- **AIM OF THE TASK**
Restate the data that follows exactly as it stands, beginning with the first line and ending with the line that contains "v 2.463 12 -63.088".

(Stored data entries)

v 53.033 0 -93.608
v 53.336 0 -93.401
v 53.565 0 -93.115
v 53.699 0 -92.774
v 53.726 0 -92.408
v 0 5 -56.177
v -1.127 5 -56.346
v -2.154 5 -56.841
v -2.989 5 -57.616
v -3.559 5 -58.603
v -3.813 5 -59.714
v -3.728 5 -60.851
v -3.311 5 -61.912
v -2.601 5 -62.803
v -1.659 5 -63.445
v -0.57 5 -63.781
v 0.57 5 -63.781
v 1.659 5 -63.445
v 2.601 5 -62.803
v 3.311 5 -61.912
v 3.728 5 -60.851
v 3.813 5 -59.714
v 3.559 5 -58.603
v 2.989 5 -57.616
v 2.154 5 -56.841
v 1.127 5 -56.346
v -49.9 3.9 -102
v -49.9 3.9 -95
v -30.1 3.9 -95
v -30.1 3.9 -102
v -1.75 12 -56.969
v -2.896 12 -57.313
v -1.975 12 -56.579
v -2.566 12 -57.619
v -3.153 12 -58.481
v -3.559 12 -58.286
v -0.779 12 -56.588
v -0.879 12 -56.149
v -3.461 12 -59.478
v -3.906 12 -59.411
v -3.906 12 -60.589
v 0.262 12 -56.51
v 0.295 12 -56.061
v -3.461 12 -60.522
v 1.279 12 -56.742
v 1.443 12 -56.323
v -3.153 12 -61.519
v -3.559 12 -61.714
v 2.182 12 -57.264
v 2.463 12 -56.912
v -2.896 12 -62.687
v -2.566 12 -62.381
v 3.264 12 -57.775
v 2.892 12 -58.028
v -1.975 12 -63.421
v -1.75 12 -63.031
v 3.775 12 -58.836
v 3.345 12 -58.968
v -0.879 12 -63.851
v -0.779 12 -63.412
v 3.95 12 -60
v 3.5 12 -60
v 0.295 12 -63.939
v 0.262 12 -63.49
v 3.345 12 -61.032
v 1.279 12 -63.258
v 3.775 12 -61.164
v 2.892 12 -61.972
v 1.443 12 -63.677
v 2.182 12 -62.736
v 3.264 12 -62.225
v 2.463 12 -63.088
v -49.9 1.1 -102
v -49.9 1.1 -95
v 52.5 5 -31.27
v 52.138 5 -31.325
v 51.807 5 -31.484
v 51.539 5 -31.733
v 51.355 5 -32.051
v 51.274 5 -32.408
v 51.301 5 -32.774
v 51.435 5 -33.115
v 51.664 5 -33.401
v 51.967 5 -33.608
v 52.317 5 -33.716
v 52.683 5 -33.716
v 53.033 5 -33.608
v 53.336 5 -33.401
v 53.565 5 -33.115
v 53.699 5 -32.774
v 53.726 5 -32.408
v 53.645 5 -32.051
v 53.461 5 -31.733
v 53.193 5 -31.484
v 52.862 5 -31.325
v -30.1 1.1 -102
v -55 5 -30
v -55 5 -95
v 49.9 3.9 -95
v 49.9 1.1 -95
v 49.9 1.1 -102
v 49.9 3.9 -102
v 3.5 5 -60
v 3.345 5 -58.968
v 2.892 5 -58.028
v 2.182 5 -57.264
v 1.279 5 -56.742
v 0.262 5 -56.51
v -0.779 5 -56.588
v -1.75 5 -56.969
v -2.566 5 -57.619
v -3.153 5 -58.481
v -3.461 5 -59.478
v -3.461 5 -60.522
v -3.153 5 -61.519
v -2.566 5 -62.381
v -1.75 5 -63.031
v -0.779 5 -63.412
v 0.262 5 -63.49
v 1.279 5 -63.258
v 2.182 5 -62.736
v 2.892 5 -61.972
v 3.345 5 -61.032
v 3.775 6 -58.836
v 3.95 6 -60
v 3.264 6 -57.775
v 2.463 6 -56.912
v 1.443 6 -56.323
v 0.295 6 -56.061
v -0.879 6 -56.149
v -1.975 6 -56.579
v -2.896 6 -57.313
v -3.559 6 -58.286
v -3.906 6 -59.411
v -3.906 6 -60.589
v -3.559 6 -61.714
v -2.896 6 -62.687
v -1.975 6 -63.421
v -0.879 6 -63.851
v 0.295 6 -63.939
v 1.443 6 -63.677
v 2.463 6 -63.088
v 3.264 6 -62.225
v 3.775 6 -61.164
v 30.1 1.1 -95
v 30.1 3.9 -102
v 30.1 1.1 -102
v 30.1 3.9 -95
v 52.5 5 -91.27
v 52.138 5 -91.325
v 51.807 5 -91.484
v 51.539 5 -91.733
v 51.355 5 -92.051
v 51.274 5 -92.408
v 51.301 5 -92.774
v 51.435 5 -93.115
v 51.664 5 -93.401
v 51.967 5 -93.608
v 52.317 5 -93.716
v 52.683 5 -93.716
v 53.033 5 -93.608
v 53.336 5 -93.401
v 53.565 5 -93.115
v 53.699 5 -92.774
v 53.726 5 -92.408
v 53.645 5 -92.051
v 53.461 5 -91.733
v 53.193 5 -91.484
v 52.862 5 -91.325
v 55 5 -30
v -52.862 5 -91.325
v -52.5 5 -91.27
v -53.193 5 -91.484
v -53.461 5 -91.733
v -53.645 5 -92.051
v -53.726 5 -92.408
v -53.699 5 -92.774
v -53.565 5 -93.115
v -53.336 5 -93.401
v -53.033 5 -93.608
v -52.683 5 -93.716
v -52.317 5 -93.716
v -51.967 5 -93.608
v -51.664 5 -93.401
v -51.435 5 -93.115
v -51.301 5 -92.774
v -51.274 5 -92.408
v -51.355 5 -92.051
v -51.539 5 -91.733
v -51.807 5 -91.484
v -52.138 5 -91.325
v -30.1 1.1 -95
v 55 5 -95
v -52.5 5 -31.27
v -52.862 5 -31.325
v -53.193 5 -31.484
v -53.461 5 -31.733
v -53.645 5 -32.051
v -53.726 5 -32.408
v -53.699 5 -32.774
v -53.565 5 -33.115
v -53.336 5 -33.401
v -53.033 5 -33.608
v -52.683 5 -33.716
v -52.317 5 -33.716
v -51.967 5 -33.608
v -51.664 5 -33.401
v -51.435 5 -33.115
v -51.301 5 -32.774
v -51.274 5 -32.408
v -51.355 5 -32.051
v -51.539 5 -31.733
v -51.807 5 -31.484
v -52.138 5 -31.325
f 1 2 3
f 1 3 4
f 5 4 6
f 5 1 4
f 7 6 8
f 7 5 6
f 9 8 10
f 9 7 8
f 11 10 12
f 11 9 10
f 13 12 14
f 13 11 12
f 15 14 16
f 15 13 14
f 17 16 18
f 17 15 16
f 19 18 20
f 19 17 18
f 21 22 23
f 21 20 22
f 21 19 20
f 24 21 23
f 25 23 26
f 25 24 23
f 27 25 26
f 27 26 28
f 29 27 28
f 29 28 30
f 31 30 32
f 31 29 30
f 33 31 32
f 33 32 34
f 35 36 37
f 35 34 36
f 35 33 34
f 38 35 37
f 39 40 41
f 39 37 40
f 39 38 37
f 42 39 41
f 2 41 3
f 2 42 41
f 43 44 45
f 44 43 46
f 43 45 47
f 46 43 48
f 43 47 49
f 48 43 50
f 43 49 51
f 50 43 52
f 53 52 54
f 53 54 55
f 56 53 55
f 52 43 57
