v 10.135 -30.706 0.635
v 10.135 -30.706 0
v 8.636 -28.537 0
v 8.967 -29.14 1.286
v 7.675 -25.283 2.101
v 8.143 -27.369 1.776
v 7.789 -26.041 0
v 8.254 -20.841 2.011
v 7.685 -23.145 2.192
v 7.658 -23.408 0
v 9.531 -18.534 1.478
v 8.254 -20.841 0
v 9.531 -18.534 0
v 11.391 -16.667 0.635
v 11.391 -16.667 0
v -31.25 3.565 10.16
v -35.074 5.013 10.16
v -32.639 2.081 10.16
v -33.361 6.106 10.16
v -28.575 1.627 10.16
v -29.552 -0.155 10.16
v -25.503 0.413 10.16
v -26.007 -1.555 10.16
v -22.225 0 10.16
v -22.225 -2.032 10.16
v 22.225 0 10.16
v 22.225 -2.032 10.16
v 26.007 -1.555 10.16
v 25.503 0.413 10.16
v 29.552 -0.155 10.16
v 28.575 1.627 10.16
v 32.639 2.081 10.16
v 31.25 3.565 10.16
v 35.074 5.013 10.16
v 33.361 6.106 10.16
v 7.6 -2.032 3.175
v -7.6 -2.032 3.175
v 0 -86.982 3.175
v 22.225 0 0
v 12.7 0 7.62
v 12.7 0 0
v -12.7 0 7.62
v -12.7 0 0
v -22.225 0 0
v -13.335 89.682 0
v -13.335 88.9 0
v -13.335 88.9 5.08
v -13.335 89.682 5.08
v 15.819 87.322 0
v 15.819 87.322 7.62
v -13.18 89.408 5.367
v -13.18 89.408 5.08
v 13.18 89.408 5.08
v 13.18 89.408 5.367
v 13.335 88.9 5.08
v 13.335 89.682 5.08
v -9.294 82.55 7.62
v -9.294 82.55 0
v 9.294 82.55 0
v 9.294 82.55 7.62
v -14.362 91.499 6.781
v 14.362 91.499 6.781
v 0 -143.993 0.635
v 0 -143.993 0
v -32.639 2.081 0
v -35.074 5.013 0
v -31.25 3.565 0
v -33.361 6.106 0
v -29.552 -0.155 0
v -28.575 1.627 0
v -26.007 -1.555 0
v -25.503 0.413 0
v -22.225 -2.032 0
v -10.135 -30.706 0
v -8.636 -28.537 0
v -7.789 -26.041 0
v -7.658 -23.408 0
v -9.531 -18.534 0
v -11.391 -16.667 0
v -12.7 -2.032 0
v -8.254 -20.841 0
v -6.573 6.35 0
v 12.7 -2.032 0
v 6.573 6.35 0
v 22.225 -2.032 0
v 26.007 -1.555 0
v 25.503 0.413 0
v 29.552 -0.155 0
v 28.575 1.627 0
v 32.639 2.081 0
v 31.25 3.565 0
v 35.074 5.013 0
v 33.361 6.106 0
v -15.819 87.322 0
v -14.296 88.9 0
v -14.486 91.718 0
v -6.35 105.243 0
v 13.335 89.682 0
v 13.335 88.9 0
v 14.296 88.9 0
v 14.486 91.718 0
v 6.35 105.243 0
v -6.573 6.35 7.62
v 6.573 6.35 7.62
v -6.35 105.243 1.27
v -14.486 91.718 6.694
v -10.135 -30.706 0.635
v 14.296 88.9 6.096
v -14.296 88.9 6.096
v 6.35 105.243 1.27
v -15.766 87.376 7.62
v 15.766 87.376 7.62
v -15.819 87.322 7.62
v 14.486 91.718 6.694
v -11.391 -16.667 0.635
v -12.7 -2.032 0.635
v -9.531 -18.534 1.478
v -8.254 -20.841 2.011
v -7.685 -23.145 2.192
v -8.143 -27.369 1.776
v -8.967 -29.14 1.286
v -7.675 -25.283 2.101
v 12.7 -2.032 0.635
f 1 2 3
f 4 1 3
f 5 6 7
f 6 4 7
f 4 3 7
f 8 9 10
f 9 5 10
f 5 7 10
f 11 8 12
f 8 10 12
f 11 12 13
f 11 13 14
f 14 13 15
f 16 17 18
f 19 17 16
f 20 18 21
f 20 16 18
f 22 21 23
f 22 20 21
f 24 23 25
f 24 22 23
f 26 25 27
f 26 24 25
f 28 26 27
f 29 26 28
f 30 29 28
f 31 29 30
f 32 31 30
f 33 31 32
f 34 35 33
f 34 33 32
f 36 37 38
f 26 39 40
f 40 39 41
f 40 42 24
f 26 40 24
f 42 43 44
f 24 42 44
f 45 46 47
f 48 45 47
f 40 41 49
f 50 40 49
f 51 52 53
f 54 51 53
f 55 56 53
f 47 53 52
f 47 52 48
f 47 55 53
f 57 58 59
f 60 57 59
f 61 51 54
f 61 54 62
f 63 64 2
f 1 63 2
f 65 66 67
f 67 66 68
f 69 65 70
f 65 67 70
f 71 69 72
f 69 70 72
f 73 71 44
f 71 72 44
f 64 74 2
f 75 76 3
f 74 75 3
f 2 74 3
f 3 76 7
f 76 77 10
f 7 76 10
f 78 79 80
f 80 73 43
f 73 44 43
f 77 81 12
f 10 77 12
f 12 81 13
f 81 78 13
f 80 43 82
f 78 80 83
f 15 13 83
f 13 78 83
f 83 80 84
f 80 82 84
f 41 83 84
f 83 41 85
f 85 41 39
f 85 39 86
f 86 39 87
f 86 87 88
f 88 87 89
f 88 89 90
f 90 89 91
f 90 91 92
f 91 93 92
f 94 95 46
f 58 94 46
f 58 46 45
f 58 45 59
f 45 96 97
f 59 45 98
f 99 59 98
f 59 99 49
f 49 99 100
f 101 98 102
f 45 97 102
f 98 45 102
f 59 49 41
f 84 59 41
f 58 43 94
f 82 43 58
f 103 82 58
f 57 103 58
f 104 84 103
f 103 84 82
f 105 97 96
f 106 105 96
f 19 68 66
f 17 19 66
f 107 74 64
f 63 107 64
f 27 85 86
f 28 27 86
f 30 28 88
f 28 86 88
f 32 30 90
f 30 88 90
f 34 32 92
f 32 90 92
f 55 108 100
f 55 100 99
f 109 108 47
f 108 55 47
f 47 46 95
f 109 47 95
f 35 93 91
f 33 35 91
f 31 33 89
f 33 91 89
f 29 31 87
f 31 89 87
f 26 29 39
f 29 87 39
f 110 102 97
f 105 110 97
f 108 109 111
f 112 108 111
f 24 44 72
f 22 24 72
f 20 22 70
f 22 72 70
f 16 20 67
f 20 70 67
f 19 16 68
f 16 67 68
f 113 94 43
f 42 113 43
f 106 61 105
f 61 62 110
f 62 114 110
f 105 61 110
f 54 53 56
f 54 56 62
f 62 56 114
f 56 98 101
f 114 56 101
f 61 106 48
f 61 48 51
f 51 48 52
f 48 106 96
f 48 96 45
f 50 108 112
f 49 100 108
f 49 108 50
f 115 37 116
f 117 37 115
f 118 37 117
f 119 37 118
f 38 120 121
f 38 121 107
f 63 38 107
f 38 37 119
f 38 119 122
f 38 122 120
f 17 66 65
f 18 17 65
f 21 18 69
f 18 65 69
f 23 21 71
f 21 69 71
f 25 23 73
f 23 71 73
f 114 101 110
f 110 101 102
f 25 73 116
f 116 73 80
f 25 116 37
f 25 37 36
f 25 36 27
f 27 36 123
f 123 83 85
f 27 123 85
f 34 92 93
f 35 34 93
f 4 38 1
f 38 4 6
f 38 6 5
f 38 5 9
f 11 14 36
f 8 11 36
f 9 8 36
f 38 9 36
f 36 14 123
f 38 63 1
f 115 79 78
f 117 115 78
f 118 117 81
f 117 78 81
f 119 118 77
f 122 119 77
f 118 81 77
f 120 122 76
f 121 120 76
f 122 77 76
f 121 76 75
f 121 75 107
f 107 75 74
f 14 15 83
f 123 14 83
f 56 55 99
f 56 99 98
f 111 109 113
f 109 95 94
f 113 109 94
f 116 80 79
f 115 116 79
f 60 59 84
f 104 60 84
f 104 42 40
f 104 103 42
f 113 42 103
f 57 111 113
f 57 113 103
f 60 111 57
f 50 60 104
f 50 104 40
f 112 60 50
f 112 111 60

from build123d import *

# Parameters (mm, degrees)
F1_DEPTH     = 7.62
F2_W         = 26.67
F2_H         = 5.08
F3_DEPTH     = 0.508
F5_DEPTH     = 7.62
F7_DEPTH     = 25.4
F8_T1_DEPTH  = 39.5884897473
F8_T3_DEPTH  = 43.1891092466
F8_T5_DEPTH  = 15.7316119842
F8_T10_DEPTH = 21.2484768612
F8_T15_DEPTH = 21.2484768612
F8_T20_DEPTH = 21.2484768612
F8_T25_DEPTH = 21.2484768612
F10_DEPTH    = 10.16
F12_DEPTH    = 3.175
F13_C1_SIZE2 = 5.08
F13_C1_SIZE  = 2.54
F13_C2_SIZE2 = 2.54
F13_C2_SIZE  = 5.08


# Not quite as in the source:
# - a fillet or chamfer that OpenCascade refuses, or shapes differently, is made with other operations: its cross-section is extruded or revolved along the edge and cut away or added


with BuildPart() as f1:
    # F0 (on Top) → F1 (new body)
    with BuildSketch(Plane.XY):
        Polygon((-15.875, 88.9), (-12.7, 0), (12.7, 0), (15.875, 88.9), align=None)
        Polygon((-6.5727372599, 6.35), (-9.2941658314, 82.55), (9.2941658314, 82.55), (6.5727372599, 6.35), align=None, mode=Mode.SUBTRACT)
    extrude(amount=F1_DEPTH)

    # F2 (on face) → F3 (join)
    with BuildSketch(Plane(origin=(0, 88.9, 0), x_dir=(-1, 0, 0), z_dir=(0, 1, 0))):
        with Locations((0, 2.54)):
            Rectangle(F2_W, F2_H)
    extrude(amount=F3_DEPTH)

    # F4 (on Top) → F5 (join, through all)
    with BuildSketch(Plane.XY):
        Polygon((-6.35, 105.2430003945), (-15.875, 89.408), (15.875, 89.408), (6.35, 105.2430003945), align=None)
    extrude(amount=F5_DEPTH)

    # F6 (on Right) → F7 (cut, symmetric)
    with BuildSketch(Plane.YZ):
        Polygon((105.2430003945, 7.62), (89.408, 7.62), (105.2430003945, 1.27), align=None)
    extrude(amount=F7_DEPTH, both=True, mode=Mode.SUBTRACT)

    # F8: chamfer of 1.524 on 6 edges, made by hand

    # F8_s2 → F8_t1 (cut)
    with BuildSketch(Plane.YZ.offset(-19.7942448737)):
        Polygon((88.9, 6.096), (87.376, 7.62), (88.9, 7.62), align=None)
    extrude(amount=F8_T1_DEPTH, mode=Mode.SUBTRACT)

    # F8_s4 → F8_t3 (cut)
    with BuildSketch(Plane.YZ.offset(-21.5945546233)):
        Polygon((89.408, 5.3668893881), (91.4992312711, 6.7813944907), (89.408, 7.62), align=None)
    extrude(amount=F8_T3_DEPTH, mode=Mode.SUBTRACT)

    # F8_s6 → F8_t5 (cut)
    with BuildSketch(Plane.XY.offset(-4.0558059921)):
        Polygon((14.2955997995, 88.9), (15.8186287896, 87.3216061075), (15.875, 88.9), align=None)
        Polygon((-14.2955997995, 88.9), (-15.8186287896, 87.3216061075), (-15.875, 88.9), align=None)
    extrude(amount=F8_T5_DEPTH, mode=Mode.SUBTRACT)


with BuildPart() as f8_tool8:
    # F8_s9 → F8_t10 (new body)
    with BuildSketch(Plane.XY.offset(-6.8142384306)):
        Polygon((13.1798265815, 89.408), (14.4857717649, 91.7175464201), (15.875, 89.408), align=None)
    extrude(amount=F8_T10_DEPTH)

    split(bisect_by=Plane.YZ.offset(13.335), keep=Keep.TOP)


with BuildPart() as f1_1:
    add(f1.part)

    # F8_t7: cut F8_tool8
    add(f8_tool8.part, mode=Mode.SUBTRACT)


with BuildPart() as f8_tool13:
    # F8_s14 → F8_t15 (new body)
    with BuildSketch(Plane.XY.offset(-6.8142384306)):
        Polygon((13.1798265815, 89.408), (14.4857717649, 91.7175464201), (15.875, 89.408), align=None)
    extrude(amount=F8_T15_DEPTH)

    split(bisect_by=Plane.XY.offset(5.08), keep=Keep.TOP)


with BuildPart() as f1_2:
    add(f1_1.part)

    # F8_t12: cut F8_tool13
    add(f8_tool13.part, mode=Mode.SUBTRACT)


with BuildPart() as f8_tool18:
    # F8_s19 → F8_t20 (new body)
    with BuildSketch(Plane.XY.offset(-6.8142384306)):
        Polygon((-14.4857717649, 91.7175464201), (-13.1798265815, 89.408), (-15.875, 89.408), align=None)
    extrude(amount=F8_T20_DEPTH)

    split(bisect_by=Plane.YZ.offset(-13.335), keep=Keep.BOTTOM)


with BuildPart() as f1_3:
    add(f1_2.part)

    # F8_t17: cut F8_tool18
    add(f8_tool18.part, mode=Mode.SUBTRACT)


with BuildPart() as f8_tool23:
    # F8_s24 → F8_t25 (new body)
    with BuildSketch(Plane.XY.offset(-6.8142384306)):
        Polygon((-14.4857717649, 91.7175464201), (-13.1798265815, 89.408), (-15.875, 89.408), align=None)
    extrude(amount=F8_T25_DEPTH)

    split(bisect_by=Plane.XY.offset(5.08), keep=Keep.TOP)


with BuildPart() as f1_4:
    add(f1_3.part)

    # F8_t22: cut F8_tool23
    add(f8_tool23.part, mode=Mode.SUBTRACT)

    # F9 (on Top) → F10 (join)
    with BuildSketch(Plane.XY):
        with BuildLine():
            Line((22.2250049976, 0), (-22.2250049976, 0))
            ThreePointArc((-22.2250049976, 0), (-28.5750049976, 1.626602675), (-33.360963964, 6.1057692308))
            Line((-33.360963964, 6.1057692308), (-35.0741884204, 5.0131183432))
            ThreePointArc((-35.0741884204, 5.0131183432), (-29.5519258835, -0.155151961), (-22.225, -2.032))
            Line((-22.225, -2.032), (22.225, -2.032))
            ThreePointArc((22.225, -2.032), (29.5519258835, -0.155151961), (35.0741884204, 5.0131183432))
            Line((35.0741884204, 5.0131183432), (33.360963964, 6.1057692308))
            ThreePointArc((33.360963964, 6.1057692308), (28.5750049976, 1.626602675), (22.2250049976, 0))
        make_face()
    extrude(amount=F10_DEPTH)

    # F11 (on Top) → F12 (join)
    with BuildSketch(Plane.XY):
        with BuildLine():
            Line((12.7, -2.032), (-12.7, -2.032))
            Line((-12.7, -2.032), (-11.3907730168, -16.6665786134))
            ThreePointArc((-11.3907730168, -16.6665786134), (-7.6578884737, -23.408271606), (-10.1348339359, -30.7055034507))
            Line((-10.1348339359, -30.7055034507), (0, -143.9929821467))
            Line((0, -143.9929821467), (10.1348339359, -30.7055034507))
            ThreePointArc((10.1348339359, -30.7055034507), (7.6578884737, -23.408271606), (11.3907730168, -16.6665786134))
            Line((11.3907730168, -16.6665786134), (12.7, -2.032))
        make_face()
    extrude(amount=F12_DEPTH)

    # F13: chamfer of 2.54 x 5.08 on 4 edges, made by hand

    # F13_c1
    f13_c1_edges = [f1_4.edges().sort_by_distance(p)[0] for p in [
        (-12.0453865084, -9.3492893067, 3.175),
    ]]
    f13_c1_side = f1_4.faces().sort_by_distance((-12.0453865084, -9.3492893067, 3.1242))[0]
    chamfer(f13_c1_edges, length=F13_C1_SIZE, length2=F13_C1_SIZE2, reference=f13_c1_side)

    # F13_c2
    f13_c2_edges = [f1_4.edges().sort_by_distance(p)[0] for p in [
        (6.3424889397, -73.0964499313, 3.175),
    ]]
    f13_c2_side = f1_4.faces().sort_by_distance((6.2918910116, -73.0919233799, 3.175))[0]
    chamfer(f13_c2_edges, length=F13_C2_SIZE, length2=F13_C2_SIZE2, reference=f13_c2_side)


solid = f1_4.part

- **SOLVED PROBLEM**
v 53.033 0 -93.608
v 53.336 0 -93.401
v 53.565 0 -93.115
v 53.699 0 -92.774
v 53.726 0 -92.408
v 0 5 -56.177
v -1.127 5 -56.346
v -2.154 5 -56.841
v -2.989 5 -57.616
v -3.559 5 -58.603
v -3.813 5 -59.714
v -3.728 5 -60.851
v -3.311 5 -61.912
v -2.601 5 -62.803
v -1.659 5 -63.445
v -0.57 5 -63.781
v 0.57 5 -63.781
v 1.659 5 -63.445
v 2.601 5 -62.803
v 3.311 5 -61.912
v 3.728 5 -60.851
v 3.813 5 -59.714
v 3.559 5 -58.603
v 2.989 5 -57.616
v 2.154 5 -56.841
v 1.127 5 -56.346
v -49.9 3.9 -102
v -49.9 3.9 -95
v -30.1 3.9 -95
v -30.1 3.9 -102
v -1.75 12 -56.969
v -2.896 12 -57.313
v -1.975 12 -56.579
v -2.566 12 -57.619
v -3.153 12 -58.481
v -3.559 12 -58.286
v -0.779 12 -56.588
v -0.879 12 -56.149
v -3.461 12 -59.478
v -3.906 12 -59.411
v -3.906 12 -60.589
v 0.262 12 -56.51
v 0.295 12 -56.061
v -3.461 12 -60.522
v 1.279 12 -56.742
v 1.443 12 -56.323
v -3.153 12 -61.519
v -3.559 12 -61.714
v 2.182 12 -57.264
v 2.463 12 -56.912
v -2.896 12 -62.687
v -2.566 12 -62.381
v 3.264 12 -57.775
v 2.892 12 -58.028
v -1.975 12 -63.421
v -1.75 12 -63.031
v 3.775 12 -58.836
v 3.345 12 -58.968
v -0.879 12 -63.851
v -0.779 12 -63.412
v 3.95 12 -60
v 3.5 12 -60
v 0.295 12 -63.939
v 0.262 12 -63.49
v 3.345 12 -61.032
v 1.279 12 -63.258
v 3.775 12 -61.164
v 2.892 12 -61.972
v 1.443 12 -63.677
v 2.182 12 -62.736
v 3.264 12 -62.225
v 2.463 12 -63.088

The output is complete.